Looking to the left of the garage there are two alcoves. The smaller one will be used to hold the air compressor (80 gallon 5hp). it is a small space but I will plan on putting up plastic sheeting to make this a clean area. I will probably cut a hole through the back wall to bring fresh air into the compressor. The larger alcove will be for the tablesaw. My thoughts are to process wood through the tablesaw into the center of the garage. The saw will also be on a mobile base and I will also build an outfeed table that I can put on casters and move out into the middle of the garage (when no cars are there). At the front of the garage will be the drill press. This will be on a mobile base and will likely be pulled into the open space of the center of garage during use (the tablesaw area will be somewhat cramped with the drill press in place).

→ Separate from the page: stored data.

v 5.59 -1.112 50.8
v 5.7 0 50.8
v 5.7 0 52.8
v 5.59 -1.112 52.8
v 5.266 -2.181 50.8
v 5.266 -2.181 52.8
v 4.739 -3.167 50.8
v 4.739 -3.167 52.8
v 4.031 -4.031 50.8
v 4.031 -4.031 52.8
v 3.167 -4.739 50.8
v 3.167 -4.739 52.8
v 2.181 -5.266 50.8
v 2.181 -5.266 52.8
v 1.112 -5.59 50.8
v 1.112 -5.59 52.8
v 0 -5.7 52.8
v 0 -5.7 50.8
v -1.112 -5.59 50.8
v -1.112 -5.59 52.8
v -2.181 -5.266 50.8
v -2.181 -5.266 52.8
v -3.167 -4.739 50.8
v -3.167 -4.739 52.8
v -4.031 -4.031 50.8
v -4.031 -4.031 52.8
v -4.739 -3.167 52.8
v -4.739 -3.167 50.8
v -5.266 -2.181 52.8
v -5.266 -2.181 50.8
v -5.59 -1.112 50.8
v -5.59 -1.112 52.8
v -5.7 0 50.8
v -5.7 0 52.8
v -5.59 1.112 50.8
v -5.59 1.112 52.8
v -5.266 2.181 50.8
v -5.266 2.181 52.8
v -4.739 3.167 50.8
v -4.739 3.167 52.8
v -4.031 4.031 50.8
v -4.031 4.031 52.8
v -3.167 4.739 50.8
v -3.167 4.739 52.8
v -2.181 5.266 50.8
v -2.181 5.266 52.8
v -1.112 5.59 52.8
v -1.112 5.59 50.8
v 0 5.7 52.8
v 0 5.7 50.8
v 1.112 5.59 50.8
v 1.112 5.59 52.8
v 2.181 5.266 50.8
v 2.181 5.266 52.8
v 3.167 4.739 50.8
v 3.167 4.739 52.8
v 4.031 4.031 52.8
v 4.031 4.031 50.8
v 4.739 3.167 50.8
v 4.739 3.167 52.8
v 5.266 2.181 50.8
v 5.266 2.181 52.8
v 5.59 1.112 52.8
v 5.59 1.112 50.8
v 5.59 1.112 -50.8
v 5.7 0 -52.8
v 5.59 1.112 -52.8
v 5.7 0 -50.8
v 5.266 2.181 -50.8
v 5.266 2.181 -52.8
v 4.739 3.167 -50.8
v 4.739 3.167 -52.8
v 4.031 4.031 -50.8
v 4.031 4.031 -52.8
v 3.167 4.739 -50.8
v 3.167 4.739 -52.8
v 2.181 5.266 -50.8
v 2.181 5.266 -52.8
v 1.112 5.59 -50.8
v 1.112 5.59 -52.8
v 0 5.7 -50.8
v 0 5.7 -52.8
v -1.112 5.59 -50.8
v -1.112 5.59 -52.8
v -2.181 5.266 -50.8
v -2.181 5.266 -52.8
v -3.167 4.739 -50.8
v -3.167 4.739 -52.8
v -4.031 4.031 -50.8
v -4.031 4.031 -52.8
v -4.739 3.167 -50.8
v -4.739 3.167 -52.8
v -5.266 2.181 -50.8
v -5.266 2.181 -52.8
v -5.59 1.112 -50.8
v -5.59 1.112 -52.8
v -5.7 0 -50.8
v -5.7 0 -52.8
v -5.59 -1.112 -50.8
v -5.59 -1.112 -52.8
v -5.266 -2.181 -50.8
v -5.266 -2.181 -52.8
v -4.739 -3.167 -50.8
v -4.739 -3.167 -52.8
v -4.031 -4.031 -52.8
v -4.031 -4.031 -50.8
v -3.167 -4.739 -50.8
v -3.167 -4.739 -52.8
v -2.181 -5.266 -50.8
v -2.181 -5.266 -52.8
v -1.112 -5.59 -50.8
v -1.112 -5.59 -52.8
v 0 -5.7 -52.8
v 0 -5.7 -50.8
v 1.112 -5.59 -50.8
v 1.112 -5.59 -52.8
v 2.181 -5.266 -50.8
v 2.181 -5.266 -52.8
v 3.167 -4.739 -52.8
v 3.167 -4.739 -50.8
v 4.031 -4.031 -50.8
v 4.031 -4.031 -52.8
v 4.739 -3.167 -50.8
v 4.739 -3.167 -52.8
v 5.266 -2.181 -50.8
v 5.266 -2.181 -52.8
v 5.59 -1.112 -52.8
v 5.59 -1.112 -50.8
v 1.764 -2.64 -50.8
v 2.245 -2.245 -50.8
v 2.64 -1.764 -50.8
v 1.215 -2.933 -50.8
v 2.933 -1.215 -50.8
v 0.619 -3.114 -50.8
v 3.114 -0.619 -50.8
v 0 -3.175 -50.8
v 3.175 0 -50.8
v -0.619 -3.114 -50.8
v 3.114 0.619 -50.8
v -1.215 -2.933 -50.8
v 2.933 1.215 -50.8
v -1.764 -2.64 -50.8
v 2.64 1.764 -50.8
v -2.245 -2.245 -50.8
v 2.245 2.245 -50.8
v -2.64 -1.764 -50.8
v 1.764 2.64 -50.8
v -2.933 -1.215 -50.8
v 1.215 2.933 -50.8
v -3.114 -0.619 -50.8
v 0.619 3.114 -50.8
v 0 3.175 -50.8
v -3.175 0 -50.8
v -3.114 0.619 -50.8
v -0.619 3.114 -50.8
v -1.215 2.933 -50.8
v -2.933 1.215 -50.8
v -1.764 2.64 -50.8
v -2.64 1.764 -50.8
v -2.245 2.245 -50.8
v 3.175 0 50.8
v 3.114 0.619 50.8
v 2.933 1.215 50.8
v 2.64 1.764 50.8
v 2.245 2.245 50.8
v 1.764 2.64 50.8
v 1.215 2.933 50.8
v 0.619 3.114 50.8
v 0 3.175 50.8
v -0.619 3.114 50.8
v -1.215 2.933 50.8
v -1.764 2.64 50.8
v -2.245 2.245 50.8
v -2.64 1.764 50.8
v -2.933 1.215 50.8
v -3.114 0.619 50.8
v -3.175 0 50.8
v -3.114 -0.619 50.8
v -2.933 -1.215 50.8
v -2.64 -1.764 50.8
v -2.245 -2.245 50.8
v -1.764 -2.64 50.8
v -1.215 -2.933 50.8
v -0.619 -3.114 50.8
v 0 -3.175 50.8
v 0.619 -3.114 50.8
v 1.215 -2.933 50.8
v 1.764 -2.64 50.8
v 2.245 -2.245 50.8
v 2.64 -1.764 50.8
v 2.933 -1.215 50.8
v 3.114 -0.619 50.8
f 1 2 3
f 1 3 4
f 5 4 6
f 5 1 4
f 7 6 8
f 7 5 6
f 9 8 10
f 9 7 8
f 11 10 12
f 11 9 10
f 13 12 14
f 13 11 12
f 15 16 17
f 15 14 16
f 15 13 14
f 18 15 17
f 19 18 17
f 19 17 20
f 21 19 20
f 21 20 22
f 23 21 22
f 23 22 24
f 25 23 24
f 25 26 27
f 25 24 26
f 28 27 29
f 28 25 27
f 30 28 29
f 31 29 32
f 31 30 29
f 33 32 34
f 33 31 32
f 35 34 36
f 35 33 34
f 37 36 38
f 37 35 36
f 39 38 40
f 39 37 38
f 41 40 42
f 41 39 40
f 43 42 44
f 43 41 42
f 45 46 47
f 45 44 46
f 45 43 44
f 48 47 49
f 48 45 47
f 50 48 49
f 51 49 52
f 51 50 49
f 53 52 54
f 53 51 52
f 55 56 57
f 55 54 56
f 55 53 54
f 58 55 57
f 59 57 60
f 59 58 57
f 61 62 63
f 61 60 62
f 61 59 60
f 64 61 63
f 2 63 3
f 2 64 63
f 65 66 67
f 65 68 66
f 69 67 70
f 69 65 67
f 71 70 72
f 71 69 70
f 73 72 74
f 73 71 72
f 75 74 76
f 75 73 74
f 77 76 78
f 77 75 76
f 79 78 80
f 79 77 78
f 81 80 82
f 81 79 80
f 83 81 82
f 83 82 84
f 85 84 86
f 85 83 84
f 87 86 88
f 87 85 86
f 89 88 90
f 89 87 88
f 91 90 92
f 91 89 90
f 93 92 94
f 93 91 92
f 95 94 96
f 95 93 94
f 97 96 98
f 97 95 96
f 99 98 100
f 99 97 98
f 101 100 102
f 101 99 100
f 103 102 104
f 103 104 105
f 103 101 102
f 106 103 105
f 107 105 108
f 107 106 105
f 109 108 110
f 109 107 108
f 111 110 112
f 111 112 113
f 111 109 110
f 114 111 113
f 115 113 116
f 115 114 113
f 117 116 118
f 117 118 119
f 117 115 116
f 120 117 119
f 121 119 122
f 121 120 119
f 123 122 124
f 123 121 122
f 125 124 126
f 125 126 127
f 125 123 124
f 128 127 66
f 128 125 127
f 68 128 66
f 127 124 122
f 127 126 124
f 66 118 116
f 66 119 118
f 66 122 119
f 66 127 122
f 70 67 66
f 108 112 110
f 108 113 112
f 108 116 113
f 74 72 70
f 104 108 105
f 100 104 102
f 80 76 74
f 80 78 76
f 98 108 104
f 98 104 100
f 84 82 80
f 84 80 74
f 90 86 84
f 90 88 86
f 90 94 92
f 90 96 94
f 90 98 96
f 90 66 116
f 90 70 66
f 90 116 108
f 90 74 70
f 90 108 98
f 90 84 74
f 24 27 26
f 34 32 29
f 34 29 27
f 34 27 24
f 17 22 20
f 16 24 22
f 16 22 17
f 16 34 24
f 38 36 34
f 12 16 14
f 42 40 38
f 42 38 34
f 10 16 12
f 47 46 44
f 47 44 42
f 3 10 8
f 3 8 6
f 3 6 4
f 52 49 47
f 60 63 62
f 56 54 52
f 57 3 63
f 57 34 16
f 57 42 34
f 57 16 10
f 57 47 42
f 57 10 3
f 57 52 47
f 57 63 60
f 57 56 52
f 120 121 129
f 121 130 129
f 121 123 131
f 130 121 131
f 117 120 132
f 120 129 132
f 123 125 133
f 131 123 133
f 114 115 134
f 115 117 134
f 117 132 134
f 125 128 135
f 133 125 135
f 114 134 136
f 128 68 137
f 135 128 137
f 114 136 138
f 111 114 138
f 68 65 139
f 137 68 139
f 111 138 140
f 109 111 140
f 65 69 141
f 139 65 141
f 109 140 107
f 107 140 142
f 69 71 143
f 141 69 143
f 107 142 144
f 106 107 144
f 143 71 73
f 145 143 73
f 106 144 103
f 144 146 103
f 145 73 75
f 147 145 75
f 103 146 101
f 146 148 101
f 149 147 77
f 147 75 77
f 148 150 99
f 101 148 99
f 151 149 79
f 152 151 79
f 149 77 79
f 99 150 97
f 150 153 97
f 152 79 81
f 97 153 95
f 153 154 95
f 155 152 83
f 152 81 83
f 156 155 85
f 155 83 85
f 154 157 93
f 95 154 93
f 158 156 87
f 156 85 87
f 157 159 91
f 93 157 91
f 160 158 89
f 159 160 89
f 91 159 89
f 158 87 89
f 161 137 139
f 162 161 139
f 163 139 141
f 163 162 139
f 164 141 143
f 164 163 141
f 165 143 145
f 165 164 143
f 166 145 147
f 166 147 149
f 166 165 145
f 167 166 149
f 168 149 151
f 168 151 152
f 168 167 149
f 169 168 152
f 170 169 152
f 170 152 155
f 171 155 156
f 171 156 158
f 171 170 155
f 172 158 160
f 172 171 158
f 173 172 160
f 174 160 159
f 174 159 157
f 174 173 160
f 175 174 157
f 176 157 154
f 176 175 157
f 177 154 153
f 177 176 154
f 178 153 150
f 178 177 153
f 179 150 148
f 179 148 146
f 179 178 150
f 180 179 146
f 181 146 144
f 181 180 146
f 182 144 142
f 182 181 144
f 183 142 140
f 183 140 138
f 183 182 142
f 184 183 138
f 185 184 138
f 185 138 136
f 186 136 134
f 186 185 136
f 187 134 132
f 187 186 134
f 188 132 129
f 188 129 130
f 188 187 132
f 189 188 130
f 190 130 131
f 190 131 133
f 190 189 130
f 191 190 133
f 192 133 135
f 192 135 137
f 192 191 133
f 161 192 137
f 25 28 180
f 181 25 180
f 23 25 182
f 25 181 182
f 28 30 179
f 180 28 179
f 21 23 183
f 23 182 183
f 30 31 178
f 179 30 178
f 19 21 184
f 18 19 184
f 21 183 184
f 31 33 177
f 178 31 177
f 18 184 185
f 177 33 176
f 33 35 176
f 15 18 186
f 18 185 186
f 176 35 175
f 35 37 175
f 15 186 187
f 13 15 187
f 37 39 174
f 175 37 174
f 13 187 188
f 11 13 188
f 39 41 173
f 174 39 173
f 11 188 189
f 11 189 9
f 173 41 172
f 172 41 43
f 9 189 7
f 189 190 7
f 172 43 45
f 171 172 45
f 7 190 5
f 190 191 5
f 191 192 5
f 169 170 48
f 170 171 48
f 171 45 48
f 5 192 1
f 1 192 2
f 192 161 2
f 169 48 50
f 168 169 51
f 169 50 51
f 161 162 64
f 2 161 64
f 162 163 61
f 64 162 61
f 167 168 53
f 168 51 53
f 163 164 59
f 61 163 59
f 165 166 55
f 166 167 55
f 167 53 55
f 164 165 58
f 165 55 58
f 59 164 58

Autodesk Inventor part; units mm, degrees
ref_plane "YZ Plane" through (0, 0, 0) normal (1, 0, 0) x (0, 1, 0)
ref_plane "XZ Plane" through (0, 0, 0) normal (0, 1, 0) x (-1, 0, 0)
ref_plane "XY Plane" through (0, 0, 0) normal (0, 0, 1) x (1, 0, 0)
sketch "Sketch1" plane through (0, 0, 0) normal (0, 0, 1) x (1, 0, 0)
  circle A0 centre (0, 0) radius 3.175
  dimension "d0" = 6.35
extrude "Extrusion1" add sketch "Sketch1" along normal mid plane 101.6
sketch "Sketch2" plane through (0, 0, 50.8) normal (0, 0, 1) x (1, 0, 0)
  circle A0 centre (0, 0) radius 3.175 construction
  circle A1 centre (0, 0) radius 5.7
  dimension "d3" = 11.4
extrude "Extrusion2" add sketch "Sketch2" along normal blind 2
mirror "Mirror1" about plane through (0, 0, 0) normal (0, 0, 1) of "Extrusion2"
properties part number "HINGE PIN" material "Stainless Steel"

Bird's eye view of the space










What do you guys think? Would you change any of the layout? I wish I had a larger space for the clean space as this is where I will be doing painting, but this was the best solution I could come up with.

Thank you for the feedback! If it would be helpful I can post a list of the exact tools I will be purchasing.


----------



## trevordj (Jul 2, 2012)

Some additional information: The drawings I posted didn't show the large shelf that I already own. I will use this for some wood storage. In addition, I have a closet, now labeled, that has a nice amount of storage. I also have a crawl space that is unfinished but dry through the back wall that I can store additional rough stock (still not pictured). Hopefully adding some measurements will help. I also added a workbench that I will need to build. I figured I can build this the same height as the table saw and put it on casters to double as an outfeed table for the TS. These are renderings of how everything would store. I am trying to figure out a way to position the TS so I wouldn't have to move it but, you are right the area seems a bit cramped especially for cutting full sheets of plywood.


----------



## jgt1942 (Mar 25, 2013)

I'm still playing with my garage setup but I have more room than you do (25' deep, 27' wide). My goal is to park my truck on the right side. The actual layout changes a bit as I work on projects and the real setup is much more crowded than the following SketchUp image. 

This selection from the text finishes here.